# Record set:
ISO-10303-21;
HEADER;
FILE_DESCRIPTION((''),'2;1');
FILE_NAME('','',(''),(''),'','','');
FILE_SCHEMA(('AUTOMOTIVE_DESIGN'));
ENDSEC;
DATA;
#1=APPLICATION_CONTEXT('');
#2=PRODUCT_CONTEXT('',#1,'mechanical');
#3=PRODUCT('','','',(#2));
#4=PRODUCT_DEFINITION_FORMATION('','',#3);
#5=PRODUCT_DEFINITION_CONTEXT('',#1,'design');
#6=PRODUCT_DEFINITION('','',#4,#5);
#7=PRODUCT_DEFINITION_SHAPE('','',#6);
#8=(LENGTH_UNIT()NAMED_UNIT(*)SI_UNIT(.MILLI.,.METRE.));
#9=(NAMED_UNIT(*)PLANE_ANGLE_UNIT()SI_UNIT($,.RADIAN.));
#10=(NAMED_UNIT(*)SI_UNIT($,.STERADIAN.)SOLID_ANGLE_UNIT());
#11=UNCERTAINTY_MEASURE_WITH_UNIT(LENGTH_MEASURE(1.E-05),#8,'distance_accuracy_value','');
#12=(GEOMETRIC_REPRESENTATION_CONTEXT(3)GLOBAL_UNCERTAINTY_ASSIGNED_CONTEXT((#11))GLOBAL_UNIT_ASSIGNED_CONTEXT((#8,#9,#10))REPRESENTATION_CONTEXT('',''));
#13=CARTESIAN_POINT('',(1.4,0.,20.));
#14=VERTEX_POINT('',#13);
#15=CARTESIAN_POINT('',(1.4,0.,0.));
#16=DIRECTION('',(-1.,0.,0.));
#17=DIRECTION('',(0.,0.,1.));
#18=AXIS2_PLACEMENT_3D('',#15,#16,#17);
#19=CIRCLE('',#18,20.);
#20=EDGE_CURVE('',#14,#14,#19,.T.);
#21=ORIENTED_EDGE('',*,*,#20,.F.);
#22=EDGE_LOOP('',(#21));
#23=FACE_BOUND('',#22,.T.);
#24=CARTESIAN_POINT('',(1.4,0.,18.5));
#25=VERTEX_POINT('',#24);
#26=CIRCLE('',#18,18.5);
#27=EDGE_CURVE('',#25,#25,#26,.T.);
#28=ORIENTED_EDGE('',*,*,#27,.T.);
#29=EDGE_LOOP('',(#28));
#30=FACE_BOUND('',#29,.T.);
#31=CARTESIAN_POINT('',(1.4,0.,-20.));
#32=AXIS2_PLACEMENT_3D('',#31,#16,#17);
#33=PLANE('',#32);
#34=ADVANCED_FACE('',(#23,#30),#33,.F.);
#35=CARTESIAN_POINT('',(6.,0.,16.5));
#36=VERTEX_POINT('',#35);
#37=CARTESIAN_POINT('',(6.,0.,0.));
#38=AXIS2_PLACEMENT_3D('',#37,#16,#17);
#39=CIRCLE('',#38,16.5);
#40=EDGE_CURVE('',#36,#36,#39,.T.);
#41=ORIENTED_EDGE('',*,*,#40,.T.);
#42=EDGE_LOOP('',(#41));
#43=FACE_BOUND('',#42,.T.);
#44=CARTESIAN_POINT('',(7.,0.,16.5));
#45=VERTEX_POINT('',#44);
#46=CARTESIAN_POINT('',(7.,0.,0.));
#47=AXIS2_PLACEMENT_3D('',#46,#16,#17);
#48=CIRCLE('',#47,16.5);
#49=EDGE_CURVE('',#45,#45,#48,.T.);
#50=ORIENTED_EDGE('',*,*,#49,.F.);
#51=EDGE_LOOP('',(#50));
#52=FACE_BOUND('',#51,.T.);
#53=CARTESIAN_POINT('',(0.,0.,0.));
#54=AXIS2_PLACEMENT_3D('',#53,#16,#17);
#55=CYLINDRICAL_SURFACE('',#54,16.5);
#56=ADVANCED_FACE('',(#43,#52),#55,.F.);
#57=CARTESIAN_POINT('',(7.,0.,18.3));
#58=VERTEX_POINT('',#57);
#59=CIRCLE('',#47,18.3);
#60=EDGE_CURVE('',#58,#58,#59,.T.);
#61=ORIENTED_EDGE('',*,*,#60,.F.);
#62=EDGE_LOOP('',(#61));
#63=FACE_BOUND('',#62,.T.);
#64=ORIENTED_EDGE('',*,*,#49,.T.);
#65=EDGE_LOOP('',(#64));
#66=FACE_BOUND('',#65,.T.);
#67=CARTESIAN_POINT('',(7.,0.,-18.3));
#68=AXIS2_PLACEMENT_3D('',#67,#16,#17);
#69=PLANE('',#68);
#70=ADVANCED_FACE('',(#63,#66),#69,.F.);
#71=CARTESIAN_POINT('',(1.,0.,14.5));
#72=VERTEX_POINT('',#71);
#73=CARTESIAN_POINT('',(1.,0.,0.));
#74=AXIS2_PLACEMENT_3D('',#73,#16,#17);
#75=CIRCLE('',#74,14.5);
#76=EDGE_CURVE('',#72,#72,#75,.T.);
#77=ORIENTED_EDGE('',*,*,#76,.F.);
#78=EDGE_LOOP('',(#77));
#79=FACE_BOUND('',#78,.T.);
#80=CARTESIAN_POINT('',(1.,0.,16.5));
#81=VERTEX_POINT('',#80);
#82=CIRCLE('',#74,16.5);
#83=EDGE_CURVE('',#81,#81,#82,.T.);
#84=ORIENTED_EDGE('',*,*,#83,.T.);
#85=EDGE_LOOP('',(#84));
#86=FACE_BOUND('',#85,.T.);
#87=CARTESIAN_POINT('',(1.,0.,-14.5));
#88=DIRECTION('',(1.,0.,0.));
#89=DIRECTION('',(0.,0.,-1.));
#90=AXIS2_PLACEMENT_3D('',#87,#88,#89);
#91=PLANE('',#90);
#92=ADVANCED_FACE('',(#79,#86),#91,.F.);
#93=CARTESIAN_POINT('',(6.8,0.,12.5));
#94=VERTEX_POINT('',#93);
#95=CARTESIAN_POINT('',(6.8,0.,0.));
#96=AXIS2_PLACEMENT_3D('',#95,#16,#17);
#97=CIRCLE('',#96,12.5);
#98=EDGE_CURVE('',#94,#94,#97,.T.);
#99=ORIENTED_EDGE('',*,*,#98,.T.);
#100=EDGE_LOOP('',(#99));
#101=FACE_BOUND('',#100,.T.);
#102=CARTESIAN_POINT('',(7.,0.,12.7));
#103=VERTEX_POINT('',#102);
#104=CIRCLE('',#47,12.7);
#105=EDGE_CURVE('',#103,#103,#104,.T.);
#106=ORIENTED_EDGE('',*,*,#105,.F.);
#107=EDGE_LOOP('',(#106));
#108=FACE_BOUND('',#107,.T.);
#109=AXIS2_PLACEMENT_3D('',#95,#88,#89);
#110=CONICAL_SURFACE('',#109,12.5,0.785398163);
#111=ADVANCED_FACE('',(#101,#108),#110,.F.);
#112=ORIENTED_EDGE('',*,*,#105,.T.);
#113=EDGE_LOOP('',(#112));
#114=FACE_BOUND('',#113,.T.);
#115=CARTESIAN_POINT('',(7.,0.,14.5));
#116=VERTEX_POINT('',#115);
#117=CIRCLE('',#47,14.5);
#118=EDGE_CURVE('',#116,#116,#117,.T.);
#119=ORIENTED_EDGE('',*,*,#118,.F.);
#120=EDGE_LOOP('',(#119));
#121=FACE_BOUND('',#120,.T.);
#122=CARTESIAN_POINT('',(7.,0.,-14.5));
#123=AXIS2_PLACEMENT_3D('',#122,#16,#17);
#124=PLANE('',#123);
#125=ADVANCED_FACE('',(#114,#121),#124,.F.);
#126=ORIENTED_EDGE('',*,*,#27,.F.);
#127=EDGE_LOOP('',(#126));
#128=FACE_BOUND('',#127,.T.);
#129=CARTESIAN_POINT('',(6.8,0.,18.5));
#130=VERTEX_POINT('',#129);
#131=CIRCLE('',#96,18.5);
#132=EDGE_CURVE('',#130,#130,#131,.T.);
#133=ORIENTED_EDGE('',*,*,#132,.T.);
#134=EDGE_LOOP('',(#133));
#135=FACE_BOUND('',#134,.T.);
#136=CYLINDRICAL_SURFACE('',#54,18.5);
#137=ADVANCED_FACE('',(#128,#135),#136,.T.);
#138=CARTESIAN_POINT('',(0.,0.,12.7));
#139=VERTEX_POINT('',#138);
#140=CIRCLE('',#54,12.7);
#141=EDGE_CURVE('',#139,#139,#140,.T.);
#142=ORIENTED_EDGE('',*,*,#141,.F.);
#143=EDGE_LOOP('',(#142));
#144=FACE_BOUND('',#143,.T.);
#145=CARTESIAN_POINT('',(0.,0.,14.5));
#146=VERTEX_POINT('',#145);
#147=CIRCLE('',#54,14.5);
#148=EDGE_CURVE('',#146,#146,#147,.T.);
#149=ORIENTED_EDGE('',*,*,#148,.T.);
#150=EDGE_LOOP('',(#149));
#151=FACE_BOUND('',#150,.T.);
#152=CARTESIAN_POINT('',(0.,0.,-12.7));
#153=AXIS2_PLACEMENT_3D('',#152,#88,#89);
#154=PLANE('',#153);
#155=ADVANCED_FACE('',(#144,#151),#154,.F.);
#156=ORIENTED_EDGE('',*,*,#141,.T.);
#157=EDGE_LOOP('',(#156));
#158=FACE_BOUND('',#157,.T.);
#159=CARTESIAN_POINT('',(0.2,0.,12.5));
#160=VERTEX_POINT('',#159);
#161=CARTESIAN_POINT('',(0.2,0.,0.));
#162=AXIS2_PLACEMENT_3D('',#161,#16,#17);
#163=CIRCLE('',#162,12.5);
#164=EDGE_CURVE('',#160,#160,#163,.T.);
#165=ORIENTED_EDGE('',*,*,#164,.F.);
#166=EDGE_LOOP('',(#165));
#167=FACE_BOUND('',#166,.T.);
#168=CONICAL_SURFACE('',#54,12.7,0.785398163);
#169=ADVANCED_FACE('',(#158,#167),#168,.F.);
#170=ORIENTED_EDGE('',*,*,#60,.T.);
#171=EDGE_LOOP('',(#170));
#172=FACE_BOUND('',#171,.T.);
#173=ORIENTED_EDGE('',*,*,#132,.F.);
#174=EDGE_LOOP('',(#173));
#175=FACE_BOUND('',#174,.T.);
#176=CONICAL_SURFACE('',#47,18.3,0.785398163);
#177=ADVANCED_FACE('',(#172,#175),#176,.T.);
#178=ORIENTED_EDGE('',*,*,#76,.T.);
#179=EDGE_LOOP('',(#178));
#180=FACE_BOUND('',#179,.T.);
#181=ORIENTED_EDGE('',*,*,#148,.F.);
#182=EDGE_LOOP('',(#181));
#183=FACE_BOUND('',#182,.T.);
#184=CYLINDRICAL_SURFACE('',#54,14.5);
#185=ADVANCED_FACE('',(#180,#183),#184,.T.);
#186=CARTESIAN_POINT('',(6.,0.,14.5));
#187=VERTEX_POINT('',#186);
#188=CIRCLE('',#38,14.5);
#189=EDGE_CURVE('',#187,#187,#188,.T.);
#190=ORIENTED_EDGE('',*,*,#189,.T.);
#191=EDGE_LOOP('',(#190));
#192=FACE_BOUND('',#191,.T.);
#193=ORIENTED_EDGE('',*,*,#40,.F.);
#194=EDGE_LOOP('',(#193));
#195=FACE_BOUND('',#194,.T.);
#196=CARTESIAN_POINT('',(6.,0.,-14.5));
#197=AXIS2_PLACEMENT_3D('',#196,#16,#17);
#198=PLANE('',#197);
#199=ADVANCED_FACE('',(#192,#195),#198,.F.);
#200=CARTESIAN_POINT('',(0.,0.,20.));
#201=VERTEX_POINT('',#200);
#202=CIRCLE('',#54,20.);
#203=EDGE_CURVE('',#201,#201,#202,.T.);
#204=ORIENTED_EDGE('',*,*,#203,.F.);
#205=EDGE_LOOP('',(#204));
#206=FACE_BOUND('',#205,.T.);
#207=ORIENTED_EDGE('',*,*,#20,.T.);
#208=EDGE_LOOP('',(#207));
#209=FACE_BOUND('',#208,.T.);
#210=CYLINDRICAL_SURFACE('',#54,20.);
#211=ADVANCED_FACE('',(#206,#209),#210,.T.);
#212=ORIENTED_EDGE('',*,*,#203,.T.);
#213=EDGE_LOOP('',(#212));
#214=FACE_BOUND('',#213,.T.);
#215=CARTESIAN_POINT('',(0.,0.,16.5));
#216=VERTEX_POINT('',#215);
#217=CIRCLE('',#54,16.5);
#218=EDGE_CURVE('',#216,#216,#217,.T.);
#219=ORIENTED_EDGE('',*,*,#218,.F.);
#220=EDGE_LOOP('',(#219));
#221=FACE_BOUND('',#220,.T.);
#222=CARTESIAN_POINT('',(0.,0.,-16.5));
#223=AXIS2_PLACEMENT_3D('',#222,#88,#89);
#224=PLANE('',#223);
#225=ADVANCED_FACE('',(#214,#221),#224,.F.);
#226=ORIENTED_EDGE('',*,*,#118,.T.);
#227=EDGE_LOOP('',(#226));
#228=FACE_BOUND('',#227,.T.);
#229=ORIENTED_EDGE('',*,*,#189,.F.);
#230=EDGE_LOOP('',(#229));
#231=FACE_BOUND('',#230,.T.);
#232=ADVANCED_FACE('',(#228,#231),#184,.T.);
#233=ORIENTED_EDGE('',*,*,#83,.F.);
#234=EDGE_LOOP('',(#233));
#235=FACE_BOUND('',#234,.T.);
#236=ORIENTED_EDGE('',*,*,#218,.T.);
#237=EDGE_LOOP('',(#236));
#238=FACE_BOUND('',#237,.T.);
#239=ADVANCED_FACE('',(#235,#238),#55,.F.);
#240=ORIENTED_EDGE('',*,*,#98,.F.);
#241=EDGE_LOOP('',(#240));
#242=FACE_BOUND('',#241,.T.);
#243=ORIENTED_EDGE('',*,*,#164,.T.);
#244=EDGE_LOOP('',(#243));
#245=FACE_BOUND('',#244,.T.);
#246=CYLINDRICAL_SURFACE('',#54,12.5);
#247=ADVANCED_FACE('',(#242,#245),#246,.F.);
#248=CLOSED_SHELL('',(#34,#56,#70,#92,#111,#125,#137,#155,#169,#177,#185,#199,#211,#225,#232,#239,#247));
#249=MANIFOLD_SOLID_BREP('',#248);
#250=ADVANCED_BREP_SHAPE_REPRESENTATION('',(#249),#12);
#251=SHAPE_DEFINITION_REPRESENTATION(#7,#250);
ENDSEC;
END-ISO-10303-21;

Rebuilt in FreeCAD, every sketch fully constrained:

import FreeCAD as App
import Part
import Sketcher


def add_polygon(sketch, points):
    """Adds a closed chain of lines whose ends are joined by coincident constraints."""
    first, n = sketch.GeometryCount, len(points)
    for a, b in zip(points, points[1:] + points[:1]):
        sketch.addGeometry(Part.LineSegment(App.Vector(*a, 0), App.Vector(*b, 0)), False)
    for i in range(n):
        sketch.addConstraint(Sketcher.Constraint("Coincident", first + i, 2, first + (i + 1) % n, 1))

doc = App.newDocument("Part")
body = doc.addObject("PartDesign::Body", "Body")

# Sketch on XZ plane
sketch1 = body.newObject("Sketcher::SketchObject", "Sketch")
sketch1.AttachmentSupport = (doc.getObject("XZ_Plane"), [""])
sketch1.MapMode = "FlatFace"
add_polygon(sketch1, [(0, -14.5), (0, -12.7), (0.2, -12.5), (6.8, -12.5), (7, -12.7), (7, -14.5), (6, -14.5), (6, -16.5), (7, -16.5), (7, -18.3), (6.8, -18.5), (1.4, -18.5), (1.4, -20), (0, -20), (0, -16.5), (1, -16.5), (1, -14.5)])  # lines 0-16
sketch1.addConstraint(Sketcher.Constraint("Vertical", 0))
sketch1.addConstraint(Sketcher.Constraint("Horizontal", 2))
sketch1.addConstraint(Sketcher.Constraint("Vertical", 4))
sketch1.addConstraint(Sketcher.Constraint("Horizontal", 5))
sketch1.addConstraint(Sketcher.Constraint("Vertical", 6))
sketch1.addConstraint(Sketcher.Constraint("Horizontal", 7))
sketch1.addConstraint(Sketcher.Constraint("Vertical", 8))
sketch1.addConstraint(Sketcher.Constraint("Horizontal", 10))
sketch1.addConstraint(Sketcher.Constraint("Vertical", 11))
sketch1.addConstraint(Sketcher.Constraint("Horizontal", 12))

# What you should do:
In the listing above, the lines from the one containing "#90=AXIS2_PLACEMENT_3D('',#87,#88,#89);" through the one containing "#153=AXIS2_PLACEMENT_3D('',#152,#88,#89);" must be set down exactly, with no other lines.

# Task answer:
#90=AXIS2_PLACEMENT_3D('',#87,#88,#89);
#91=PLANE('',#90);
#92=ADVANCED_FACE('',(#79,#86),#91,.F.);
#93=CARTESIAN_POINT('',(6.8,0.,12.5));
#94=VERTEX_POINT('',#93);
#95=CARTESIAN_POINT('',(6.8,0.,0.));
#96=AXIS2_PLACEMENT_3D('',#95,#16,#17);
#97=CIRCLE('',#96,12.5);
#98=EDGE_CURVE('',#94,#94,#97,.T.);
#99=ORIENTED_EDGE('',*,*,#98,.T.);
#100=EDGE_LOOP('',(#99));
#101=FACE_BOUND('',#100,.T.);
#102=CARTESIAN_POINT('',(7.,0.,12.7));
#103=VERTEX_POINT('',#102);
#104=CIRCLE('',#47,12.7);
#105=EDGE_CURVE('',#103,#103,#104,.T.);
#106=ORIENTED_EDGE('',*,*,#105,.F.);
#107=EDGE_LOOP('',(#106));
#108=FACE_BOUND('',#107,.T.);
#109=AXIS2_PLACEMENT_3D('',#95,#88,#89);
#110=CONICAL_SURFACE('',#109,12.5,0.785398163);
#111=ADVANCED_FACE('',(#101,#108),#110,.F.);
#112=ORIENTED_EDGE('',*,*,#105,.T.);
#113=EDGE_LOOP('',(#112));
#114=FACE_BOUND('',#113,.T.);
#115=CARTESIAN_POINT('',(7.,0.,14.5));
#116=VERTEX_POINT('',#115);
#117=CIRCLE('',#47,14.5);
#118=EDGE_CURVE('',#116,#116,#117,.T.);
#119=ORIENTED_EDGE('',*,*,#118,.F.);
#120=EDGE_LOOP('',(#119));
#121=FACE_BOUND('',#120,.T.);
#122=CARTESIAN_POINT('',(7.,0.,-14.5));
#123=AXIS2_PLACEMENT_3D('',#122,#16,#17);
#124=PLANE('',#123);
#125=ADVANCED_FACE('',(#114,#121),#124,.F.);
#126=ORIENTED_EDGE('',*,*,#27,.F.);
#127=EDGE_LOOP('',(#126));
#128=FACE_BOUND('',#127,.T.);
#129=CARTESIAN_POINT('',(6.8,0.,18.5));
#130=VERTEX_POINT('',#129);
#131=CIRCLE('',#96,18.5);
#132=EDGE_CURVE('',#130,#130,#131,.T.);
#133=ORIENTED_EDGE('',*,*,#132,.T.);
#134=EDGE_LOOP('',(#133));
#135=FACE_BOUND('',#134,.T.);
#136=CYLINDRICAL_SURFACE('',#54,18.5);
#137=ADVANCED_FACE('',(#128,#135),#136,.T.);
#138=CARTESIAN_POINT('',(0.,0.,12.7));
#139=VERTEX_POINT('',#138);
#140=CIRCLE('',#54,12.7);
#141=EDGE_CURVE('',#139,#139,#140,.T.);
#142=ORIENTED_EDGE('',*,*,#141,.F.);
#143=EDGE_LOOP('',(#142));
#144=FACE_BOUND('',#143,.T.);
#145=CARTESIAN_POINT('',(0.,0.,14.5));
#146=VERTEX_POINT('',#145);
#147=CIRCLE('',#54,14.5);
#148=EDGE_CURVE('',#146,#146,#147,.T.);
#149=ORIENTED_EDGE('',*,*,#148,.T.);
#150=EDGE_LOOP('',(#149));
#151=FACE_BOUND('',#150,.T.);
#152=CARTESIAN_POINT('',(0.,0.,-12.7));
#153=AXIS2_PLACEMENT_3D('',#152,#88,#89);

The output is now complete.